• PROBLEM REQUIREMENTS:
Reproduce only the lines of the material below that start at the line containing "f 481 193 482" and stop at the line containing "CSK_FOR_M8_FLAT_HEAD_MACHINE_SCREW1_AT_2_PITCH = 53.800041305". Keep both end lines.

• RECORDS FOR THIS EXERCISE:
>>>>>

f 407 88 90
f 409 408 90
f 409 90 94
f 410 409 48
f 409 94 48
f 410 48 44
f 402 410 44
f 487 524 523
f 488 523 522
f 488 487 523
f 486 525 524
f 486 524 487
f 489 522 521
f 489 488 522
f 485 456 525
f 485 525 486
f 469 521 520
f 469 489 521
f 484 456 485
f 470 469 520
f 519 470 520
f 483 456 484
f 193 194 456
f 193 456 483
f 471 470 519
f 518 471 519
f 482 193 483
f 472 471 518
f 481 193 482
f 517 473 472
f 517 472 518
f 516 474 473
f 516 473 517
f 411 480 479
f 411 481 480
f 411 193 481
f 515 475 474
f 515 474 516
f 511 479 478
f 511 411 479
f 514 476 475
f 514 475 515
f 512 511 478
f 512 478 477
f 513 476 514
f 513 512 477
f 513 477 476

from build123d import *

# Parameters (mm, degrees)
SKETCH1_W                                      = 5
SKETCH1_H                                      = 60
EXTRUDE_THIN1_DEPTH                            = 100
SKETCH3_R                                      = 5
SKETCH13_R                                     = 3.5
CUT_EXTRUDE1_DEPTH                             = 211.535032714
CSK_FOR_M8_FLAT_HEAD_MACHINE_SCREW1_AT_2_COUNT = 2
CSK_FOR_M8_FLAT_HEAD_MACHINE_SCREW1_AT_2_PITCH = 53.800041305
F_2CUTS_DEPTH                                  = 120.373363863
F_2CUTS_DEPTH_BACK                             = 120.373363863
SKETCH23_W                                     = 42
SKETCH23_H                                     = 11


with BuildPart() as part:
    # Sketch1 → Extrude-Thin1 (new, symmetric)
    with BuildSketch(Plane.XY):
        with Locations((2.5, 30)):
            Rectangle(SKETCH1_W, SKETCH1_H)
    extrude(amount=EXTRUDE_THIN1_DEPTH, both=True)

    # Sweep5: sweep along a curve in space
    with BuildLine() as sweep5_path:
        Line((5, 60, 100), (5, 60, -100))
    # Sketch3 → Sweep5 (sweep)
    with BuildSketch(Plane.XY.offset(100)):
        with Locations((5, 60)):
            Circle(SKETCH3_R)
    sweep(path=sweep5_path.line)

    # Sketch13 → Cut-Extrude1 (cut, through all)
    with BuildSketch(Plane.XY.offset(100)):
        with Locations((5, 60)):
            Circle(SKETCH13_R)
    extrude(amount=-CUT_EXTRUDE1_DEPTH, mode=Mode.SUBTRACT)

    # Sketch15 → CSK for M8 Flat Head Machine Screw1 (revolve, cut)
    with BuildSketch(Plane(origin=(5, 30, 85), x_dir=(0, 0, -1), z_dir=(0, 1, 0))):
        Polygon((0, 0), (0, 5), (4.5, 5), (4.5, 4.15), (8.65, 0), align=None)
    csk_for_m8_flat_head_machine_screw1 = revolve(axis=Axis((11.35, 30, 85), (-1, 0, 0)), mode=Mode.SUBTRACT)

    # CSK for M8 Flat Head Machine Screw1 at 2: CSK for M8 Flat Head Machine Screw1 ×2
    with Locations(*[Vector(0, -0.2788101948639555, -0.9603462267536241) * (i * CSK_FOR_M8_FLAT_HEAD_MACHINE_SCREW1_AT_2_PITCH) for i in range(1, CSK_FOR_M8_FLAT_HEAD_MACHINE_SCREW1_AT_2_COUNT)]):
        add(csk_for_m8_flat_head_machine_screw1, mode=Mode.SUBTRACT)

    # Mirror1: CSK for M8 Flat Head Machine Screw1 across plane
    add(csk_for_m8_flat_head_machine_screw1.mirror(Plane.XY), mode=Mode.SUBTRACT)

<<<<<

• SOLUTION TO THE EXERCISE:
f 481 193 482
f 517 473 472
f 517 472 518
f 516 474 473
f 516 473 517
f 411 480 479
f 411 481 480
f 411 193 481
f 515 475 474
f 515 474 516
f 511 479 478
f 511 411 479
f 514 476 475
f 514 475 515
f 512 511 478
f 512 478 477
f 513 476 514
f 513 512 477
f 513 477 476

from build123d import *

# Parameters (mm, degrees)
SKETCH1_W                                      = 5
SKETCH1_H                                      = 60
EXTRUDE_THIN1_DEPTH                            = 100
SKETCH3_R                                      = 5
SKETCH13_R                                     = 3.5
CUT_EXTRUDE1_DEPTH                             = 211.535032714
CSK_FOR_M8_FLAT_HEAD_MACHINE_SCREW1_AT_2_COUNT = 2
CSK_FOR_M8_FLAT_HEAD_MACHINE_SCREW1_AT_2_PITCH = 53.800041305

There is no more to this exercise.